▶ **AIM OF THE TASK**
Reproduce exactly the lines that run from the start of the records below to the line with "#254=FACE_BOUND('',#253,.T.);", inclusive.

*** PROVIDED RECORDS ***

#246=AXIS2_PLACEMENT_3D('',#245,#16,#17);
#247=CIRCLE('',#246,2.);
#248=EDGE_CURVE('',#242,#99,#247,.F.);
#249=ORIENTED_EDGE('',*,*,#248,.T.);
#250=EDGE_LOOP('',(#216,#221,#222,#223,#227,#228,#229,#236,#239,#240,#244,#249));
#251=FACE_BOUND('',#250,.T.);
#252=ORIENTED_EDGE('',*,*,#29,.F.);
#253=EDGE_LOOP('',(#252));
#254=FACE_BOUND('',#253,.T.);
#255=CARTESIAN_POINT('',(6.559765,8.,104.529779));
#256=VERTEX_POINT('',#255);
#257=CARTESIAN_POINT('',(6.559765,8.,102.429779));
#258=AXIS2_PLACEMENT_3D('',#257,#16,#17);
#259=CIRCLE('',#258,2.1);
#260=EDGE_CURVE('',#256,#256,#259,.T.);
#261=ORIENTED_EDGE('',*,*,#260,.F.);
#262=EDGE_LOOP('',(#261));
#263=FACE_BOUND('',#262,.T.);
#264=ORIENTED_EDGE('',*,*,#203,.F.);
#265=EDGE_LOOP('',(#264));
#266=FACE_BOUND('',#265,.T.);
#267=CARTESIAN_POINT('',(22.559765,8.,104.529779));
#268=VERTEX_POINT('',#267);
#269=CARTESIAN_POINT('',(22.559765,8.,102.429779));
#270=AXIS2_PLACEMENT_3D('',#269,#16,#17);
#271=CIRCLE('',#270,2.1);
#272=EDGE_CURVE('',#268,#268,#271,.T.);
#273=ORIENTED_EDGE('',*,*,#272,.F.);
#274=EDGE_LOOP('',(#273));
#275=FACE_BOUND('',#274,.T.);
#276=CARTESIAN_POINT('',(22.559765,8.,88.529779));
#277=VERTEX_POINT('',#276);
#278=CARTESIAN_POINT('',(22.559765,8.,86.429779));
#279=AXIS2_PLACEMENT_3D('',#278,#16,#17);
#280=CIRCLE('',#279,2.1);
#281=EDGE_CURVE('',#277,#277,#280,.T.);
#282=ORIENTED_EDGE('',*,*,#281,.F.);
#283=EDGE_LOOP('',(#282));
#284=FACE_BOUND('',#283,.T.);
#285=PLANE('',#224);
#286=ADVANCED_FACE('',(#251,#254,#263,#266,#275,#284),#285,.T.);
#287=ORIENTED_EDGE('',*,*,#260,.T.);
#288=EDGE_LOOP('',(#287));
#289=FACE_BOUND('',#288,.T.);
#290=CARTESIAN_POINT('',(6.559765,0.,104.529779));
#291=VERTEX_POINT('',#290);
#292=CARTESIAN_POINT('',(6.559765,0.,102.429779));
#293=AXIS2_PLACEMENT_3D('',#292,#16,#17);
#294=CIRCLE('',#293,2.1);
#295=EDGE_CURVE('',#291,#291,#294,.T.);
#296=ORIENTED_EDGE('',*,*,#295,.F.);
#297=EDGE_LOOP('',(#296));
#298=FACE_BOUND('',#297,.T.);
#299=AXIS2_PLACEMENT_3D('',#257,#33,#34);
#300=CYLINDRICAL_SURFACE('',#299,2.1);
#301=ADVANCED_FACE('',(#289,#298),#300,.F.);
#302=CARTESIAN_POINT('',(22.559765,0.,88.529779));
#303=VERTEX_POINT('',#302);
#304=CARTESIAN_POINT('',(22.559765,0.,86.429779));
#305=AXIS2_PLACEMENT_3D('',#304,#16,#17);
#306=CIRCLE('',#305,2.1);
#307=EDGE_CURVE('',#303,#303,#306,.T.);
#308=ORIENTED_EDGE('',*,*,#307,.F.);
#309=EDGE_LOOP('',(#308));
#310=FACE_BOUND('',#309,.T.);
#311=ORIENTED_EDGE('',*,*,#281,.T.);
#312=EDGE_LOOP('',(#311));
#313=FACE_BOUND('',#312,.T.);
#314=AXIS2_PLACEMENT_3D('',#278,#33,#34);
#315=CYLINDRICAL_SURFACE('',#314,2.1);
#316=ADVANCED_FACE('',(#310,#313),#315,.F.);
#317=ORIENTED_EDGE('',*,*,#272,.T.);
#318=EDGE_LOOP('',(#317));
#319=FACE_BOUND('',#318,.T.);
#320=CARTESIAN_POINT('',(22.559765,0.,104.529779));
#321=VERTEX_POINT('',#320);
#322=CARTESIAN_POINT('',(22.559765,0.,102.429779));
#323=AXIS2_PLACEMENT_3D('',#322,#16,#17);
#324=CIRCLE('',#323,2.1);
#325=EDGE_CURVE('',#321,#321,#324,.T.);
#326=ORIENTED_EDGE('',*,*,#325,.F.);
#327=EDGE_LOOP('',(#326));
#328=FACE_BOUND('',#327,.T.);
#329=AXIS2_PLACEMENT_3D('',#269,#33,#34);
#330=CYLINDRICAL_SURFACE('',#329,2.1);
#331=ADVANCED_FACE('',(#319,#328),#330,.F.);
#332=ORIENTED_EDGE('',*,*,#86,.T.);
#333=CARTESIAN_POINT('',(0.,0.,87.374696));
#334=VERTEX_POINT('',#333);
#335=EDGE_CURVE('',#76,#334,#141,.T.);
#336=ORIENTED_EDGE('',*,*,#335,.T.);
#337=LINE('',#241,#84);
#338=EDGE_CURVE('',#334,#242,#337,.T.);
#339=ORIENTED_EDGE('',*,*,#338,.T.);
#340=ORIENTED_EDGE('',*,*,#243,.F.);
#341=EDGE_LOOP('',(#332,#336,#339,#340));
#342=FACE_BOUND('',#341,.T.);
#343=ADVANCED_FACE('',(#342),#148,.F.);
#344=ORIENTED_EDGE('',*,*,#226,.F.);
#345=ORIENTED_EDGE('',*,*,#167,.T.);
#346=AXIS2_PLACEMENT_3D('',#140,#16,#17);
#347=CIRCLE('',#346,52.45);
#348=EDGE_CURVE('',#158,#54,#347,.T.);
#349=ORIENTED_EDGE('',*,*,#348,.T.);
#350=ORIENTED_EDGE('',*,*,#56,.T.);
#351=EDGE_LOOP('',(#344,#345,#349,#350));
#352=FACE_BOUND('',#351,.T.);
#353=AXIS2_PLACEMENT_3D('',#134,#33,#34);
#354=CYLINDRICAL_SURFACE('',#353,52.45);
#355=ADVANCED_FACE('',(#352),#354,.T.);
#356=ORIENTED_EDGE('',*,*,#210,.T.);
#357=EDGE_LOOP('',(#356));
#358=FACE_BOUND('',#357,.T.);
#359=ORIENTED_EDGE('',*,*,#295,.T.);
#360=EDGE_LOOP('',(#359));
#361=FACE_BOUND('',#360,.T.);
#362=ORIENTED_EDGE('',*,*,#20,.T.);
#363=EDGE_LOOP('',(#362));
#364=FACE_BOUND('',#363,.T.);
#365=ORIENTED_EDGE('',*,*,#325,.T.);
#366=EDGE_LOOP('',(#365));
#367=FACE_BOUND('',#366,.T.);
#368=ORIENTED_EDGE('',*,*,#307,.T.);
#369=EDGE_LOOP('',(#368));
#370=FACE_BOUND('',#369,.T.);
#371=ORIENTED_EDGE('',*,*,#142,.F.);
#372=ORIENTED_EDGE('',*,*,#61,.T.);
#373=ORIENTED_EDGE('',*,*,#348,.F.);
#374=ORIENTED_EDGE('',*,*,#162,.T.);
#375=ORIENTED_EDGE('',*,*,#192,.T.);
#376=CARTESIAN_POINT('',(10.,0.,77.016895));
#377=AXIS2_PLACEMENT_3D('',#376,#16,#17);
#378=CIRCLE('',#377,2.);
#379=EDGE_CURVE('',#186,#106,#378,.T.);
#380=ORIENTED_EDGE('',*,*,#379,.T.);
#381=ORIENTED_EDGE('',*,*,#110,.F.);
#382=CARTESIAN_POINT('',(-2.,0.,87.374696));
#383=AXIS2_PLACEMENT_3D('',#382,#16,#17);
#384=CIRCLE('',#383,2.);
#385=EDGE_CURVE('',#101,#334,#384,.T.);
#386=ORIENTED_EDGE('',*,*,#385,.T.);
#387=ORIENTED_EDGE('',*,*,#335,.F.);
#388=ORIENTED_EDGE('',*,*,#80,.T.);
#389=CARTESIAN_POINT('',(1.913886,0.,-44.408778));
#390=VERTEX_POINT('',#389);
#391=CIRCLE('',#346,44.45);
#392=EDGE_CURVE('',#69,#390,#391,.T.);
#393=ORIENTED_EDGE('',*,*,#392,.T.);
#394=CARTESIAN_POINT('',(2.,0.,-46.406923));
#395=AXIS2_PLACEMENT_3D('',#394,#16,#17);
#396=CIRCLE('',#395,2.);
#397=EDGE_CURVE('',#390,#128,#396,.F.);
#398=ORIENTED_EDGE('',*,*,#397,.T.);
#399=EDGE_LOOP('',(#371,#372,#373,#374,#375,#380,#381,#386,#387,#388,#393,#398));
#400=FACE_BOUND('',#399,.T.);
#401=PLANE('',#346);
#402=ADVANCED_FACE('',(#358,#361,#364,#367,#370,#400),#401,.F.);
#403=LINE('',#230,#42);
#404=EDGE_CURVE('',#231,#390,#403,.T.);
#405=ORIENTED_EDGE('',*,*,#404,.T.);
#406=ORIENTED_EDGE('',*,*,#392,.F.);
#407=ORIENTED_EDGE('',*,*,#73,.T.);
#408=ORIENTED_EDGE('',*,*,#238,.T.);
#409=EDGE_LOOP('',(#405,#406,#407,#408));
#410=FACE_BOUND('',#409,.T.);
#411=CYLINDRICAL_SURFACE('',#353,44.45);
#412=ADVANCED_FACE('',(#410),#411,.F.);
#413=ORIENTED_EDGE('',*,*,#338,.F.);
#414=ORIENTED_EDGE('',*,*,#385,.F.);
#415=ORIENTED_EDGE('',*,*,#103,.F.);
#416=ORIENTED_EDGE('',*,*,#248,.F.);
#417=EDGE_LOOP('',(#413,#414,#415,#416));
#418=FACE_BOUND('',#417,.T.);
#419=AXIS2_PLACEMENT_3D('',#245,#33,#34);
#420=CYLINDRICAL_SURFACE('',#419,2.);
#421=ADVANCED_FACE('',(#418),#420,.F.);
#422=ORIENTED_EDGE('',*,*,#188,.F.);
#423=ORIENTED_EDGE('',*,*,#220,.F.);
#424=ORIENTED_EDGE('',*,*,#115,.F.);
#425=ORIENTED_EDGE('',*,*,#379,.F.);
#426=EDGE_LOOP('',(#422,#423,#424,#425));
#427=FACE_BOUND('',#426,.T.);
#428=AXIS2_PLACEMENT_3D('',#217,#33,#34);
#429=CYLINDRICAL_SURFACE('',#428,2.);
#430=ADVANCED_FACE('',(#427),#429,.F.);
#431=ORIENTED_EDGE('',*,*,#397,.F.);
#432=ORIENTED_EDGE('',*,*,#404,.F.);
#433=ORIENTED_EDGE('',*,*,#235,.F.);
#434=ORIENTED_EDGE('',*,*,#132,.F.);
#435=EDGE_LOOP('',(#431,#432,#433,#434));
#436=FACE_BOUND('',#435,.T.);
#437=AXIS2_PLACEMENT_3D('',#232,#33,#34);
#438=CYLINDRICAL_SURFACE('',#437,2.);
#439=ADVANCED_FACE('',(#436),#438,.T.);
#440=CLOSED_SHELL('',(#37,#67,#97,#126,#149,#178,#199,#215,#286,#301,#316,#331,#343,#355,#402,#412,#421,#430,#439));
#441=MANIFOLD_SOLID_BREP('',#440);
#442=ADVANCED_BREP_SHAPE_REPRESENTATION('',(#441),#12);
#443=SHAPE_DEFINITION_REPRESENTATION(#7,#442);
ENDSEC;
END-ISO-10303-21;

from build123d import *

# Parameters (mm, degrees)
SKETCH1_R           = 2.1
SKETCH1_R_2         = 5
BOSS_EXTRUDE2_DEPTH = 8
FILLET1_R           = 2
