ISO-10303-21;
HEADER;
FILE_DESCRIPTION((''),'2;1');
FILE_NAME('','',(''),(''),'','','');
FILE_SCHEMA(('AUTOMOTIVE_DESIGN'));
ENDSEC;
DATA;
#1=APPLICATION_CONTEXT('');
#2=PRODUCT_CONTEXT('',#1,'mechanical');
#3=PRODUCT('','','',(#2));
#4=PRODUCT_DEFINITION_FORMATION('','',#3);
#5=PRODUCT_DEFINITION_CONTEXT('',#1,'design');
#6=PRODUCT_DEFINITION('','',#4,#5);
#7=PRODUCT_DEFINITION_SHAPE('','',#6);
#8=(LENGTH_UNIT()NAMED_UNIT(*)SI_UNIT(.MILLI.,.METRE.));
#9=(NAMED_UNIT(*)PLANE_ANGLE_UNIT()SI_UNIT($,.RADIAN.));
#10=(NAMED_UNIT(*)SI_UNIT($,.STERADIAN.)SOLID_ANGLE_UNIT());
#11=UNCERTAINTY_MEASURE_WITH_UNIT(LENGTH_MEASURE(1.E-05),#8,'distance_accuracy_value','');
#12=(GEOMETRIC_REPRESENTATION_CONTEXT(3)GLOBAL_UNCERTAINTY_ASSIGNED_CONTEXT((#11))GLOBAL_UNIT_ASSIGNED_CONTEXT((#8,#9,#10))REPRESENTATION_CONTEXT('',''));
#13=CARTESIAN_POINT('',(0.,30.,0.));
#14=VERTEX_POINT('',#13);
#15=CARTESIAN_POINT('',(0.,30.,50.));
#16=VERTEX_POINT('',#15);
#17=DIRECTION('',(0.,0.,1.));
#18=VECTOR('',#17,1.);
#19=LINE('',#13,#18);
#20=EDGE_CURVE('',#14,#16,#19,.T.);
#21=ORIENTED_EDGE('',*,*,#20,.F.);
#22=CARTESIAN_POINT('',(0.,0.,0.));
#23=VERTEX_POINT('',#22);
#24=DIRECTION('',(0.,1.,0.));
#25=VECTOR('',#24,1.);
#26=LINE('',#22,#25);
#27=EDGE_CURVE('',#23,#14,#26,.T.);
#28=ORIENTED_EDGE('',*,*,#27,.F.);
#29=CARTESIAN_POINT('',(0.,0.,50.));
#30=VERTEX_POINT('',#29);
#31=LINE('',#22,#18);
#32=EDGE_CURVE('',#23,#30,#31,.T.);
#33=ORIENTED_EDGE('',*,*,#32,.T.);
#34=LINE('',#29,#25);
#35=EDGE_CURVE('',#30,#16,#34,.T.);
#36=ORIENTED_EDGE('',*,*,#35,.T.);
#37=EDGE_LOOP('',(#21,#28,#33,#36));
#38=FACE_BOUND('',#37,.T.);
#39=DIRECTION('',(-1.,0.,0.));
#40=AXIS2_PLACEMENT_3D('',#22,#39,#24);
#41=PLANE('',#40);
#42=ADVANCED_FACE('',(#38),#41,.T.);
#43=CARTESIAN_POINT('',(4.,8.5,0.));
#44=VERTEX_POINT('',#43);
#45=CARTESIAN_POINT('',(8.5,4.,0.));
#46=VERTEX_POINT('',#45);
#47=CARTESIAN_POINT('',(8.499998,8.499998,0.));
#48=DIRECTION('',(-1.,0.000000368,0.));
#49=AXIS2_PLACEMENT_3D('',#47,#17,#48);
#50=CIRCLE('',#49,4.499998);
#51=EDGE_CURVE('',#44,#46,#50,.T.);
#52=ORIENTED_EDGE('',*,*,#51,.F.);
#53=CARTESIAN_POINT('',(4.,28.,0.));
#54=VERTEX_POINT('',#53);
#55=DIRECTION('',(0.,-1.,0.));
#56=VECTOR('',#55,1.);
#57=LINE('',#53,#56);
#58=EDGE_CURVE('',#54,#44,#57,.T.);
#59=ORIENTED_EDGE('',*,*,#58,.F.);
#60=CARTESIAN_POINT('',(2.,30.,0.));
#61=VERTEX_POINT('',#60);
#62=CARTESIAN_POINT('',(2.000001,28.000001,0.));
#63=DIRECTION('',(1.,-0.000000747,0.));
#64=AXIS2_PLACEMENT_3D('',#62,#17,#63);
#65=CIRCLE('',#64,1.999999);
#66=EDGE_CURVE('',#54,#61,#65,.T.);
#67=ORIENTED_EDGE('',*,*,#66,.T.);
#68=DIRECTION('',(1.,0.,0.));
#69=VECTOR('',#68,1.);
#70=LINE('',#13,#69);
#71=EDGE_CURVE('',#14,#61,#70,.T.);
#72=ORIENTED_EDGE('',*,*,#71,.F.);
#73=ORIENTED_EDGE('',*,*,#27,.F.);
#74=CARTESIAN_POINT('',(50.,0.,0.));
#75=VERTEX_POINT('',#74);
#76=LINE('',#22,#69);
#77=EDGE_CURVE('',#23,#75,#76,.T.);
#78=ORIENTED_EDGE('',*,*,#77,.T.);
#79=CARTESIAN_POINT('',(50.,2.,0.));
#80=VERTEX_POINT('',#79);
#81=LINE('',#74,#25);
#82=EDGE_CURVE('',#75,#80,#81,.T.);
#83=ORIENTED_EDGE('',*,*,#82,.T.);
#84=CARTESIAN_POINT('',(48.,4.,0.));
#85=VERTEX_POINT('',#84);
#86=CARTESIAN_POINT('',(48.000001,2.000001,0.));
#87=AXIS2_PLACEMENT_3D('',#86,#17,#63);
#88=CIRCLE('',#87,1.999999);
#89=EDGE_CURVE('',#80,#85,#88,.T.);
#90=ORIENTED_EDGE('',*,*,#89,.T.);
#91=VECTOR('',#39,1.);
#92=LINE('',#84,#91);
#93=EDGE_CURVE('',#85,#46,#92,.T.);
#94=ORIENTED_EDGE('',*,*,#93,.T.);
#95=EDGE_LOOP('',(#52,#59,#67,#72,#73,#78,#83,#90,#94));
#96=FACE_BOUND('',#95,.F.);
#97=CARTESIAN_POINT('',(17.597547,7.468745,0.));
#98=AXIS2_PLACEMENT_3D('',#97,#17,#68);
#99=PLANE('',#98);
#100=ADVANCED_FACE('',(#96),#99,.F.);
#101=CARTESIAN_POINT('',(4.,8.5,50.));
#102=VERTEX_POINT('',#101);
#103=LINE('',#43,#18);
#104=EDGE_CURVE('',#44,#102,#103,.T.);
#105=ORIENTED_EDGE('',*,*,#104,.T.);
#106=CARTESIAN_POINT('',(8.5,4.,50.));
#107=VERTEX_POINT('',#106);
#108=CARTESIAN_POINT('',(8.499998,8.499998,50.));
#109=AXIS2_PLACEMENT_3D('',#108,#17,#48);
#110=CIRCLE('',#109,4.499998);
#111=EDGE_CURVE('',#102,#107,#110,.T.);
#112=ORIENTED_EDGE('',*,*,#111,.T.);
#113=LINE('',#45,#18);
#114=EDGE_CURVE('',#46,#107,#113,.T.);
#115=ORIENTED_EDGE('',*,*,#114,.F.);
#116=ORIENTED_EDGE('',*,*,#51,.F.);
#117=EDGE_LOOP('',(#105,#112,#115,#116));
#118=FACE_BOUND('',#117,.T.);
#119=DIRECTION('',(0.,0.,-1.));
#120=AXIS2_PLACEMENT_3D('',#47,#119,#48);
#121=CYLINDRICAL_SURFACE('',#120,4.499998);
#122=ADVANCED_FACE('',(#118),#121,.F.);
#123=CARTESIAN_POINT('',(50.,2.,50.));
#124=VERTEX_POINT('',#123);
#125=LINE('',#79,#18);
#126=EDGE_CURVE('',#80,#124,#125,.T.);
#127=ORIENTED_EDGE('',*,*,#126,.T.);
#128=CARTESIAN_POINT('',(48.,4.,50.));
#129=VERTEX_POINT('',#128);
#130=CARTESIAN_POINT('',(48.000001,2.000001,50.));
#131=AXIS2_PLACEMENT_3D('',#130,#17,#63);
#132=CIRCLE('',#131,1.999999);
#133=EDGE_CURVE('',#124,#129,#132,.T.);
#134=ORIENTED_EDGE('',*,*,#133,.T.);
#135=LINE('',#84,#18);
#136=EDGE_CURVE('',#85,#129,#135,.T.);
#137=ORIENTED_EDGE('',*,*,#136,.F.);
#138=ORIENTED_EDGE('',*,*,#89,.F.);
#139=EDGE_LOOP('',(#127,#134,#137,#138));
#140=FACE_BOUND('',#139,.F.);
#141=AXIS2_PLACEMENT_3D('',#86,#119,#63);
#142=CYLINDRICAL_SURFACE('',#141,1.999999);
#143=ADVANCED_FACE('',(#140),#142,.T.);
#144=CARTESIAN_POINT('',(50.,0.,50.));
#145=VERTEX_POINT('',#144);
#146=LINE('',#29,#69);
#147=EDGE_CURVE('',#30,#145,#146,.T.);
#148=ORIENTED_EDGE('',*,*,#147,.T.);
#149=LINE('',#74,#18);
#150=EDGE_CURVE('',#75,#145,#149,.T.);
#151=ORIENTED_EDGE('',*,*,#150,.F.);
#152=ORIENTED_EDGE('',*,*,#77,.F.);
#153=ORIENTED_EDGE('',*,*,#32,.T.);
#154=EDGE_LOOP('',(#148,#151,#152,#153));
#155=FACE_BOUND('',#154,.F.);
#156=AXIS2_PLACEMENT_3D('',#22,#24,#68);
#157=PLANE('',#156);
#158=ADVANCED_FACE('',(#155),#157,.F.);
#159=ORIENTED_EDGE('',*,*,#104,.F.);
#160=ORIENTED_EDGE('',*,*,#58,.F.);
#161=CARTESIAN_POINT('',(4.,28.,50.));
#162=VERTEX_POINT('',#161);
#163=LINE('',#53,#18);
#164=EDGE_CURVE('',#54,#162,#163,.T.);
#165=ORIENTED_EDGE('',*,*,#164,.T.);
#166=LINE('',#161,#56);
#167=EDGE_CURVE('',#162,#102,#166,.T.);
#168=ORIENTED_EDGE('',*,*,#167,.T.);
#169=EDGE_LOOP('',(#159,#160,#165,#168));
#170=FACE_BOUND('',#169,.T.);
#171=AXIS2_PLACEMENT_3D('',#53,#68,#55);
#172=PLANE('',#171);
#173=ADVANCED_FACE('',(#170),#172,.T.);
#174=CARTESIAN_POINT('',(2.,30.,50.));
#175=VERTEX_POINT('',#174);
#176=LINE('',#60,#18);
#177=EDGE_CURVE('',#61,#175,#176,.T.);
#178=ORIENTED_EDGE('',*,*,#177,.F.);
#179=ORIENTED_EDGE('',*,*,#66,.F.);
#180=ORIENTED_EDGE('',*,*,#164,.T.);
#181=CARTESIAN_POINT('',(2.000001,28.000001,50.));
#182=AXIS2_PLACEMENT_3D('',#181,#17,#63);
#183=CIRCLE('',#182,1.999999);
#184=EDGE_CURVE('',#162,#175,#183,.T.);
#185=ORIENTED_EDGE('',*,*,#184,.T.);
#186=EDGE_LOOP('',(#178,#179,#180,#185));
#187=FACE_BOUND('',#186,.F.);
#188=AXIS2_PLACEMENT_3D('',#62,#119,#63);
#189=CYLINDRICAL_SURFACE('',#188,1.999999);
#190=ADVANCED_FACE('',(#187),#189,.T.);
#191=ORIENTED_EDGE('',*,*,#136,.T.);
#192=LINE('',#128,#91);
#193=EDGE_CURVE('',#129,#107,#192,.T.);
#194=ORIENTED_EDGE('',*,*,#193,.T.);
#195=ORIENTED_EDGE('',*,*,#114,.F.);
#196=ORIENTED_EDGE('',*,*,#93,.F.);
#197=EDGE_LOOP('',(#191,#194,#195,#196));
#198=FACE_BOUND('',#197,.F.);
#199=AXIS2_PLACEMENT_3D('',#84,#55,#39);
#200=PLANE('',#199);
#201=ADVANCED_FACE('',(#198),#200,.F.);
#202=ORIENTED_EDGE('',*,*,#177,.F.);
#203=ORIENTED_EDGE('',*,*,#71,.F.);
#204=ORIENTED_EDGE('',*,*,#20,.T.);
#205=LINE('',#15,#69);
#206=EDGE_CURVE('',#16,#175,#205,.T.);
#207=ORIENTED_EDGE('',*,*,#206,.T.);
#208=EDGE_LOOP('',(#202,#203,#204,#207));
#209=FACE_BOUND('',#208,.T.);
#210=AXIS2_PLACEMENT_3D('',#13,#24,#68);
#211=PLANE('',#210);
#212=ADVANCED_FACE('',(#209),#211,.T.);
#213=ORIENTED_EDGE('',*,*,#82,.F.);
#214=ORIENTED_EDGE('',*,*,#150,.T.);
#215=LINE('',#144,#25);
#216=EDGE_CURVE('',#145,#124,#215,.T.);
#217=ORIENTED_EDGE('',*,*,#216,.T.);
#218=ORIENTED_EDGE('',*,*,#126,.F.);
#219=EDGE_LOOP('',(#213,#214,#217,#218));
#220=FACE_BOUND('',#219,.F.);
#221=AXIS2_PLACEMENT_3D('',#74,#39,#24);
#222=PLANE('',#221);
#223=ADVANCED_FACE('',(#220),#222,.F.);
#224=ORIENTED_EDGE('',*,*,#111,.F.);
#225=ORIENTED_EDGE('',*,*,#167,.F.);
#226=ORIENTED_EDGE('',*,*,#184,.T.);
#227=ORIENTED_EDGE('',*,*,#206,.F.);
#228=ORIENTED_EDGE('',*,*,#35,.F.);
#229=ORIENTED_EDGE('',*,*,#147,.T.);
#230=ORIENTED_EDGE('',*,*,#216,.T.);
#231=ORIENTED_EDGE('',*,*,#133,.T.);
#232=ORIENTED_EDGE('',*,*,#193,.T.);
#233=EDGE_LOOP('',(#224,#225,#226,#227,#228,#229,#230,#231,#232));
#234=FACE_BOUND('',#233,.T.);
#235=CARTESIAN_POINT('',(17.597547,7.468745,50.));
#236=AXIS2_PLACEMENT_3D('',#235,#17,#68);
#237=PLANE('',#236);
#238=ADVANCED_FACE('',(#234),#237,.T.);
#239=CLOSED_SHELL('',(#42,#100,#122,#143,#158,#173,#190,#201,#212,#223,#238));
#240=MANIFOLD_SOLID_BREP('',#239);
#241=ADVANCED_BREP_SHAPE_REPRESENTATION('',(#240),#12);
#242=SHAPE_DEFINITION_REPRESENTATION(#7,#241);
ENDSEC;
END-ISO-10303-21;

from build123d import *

# Parameters (mm, degrees)
EXTRUDE_DEPTH = 50


with BuildPart() as part:
    # Sketch → Extrude (new body)
    with BuildSketch(Plane.XY):
        with BuildLine():
            Line((0, 0), (50, 0))
            Line((50, 0), (50, 2))
            ThreePointArc((50, 2), (49.414214, 3.414214), (48, 4))
            Line((48, 4), (8.5, 4))
            ThreePointArc((4, 8.5), (5.318019, 5.318019), (8.5, 4))
            Line((4, 28), (4, 8.5))
            ThreePointArc((4, 28), (3.414214, 29.414214), (2, 30))
            Line((0, 30), (2, 30))
            Line((0, 0), (0, 30))
        make_face()
    extrude(amount=EXTRUDE_DEPTH)


solid = part.part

***

▶ **EXERCISE ANSWER**
#246=AXIS2_PLACEMENT_3D('',#245,#16,#17);
#247=CIRCLE('',#246,2.);
#248=EDGE_CURVE('',#242,#99,#247,.F.);
#249=ORIENTED_EDGE('',*,*,#248,.T.);
#250=EDGE_LOOP('',(#216,#221,#222,#223,#227,#228,#229,#236,#239,#240,#244,#249));
#251=FACE_BOUND('',#250,.T.);
#252=ORIENTED_EDGE('',*,*,#29,.F.);
#253=EDGE_LOOP('',(#252));
#254=FACE_BOUND('',#253,.T.);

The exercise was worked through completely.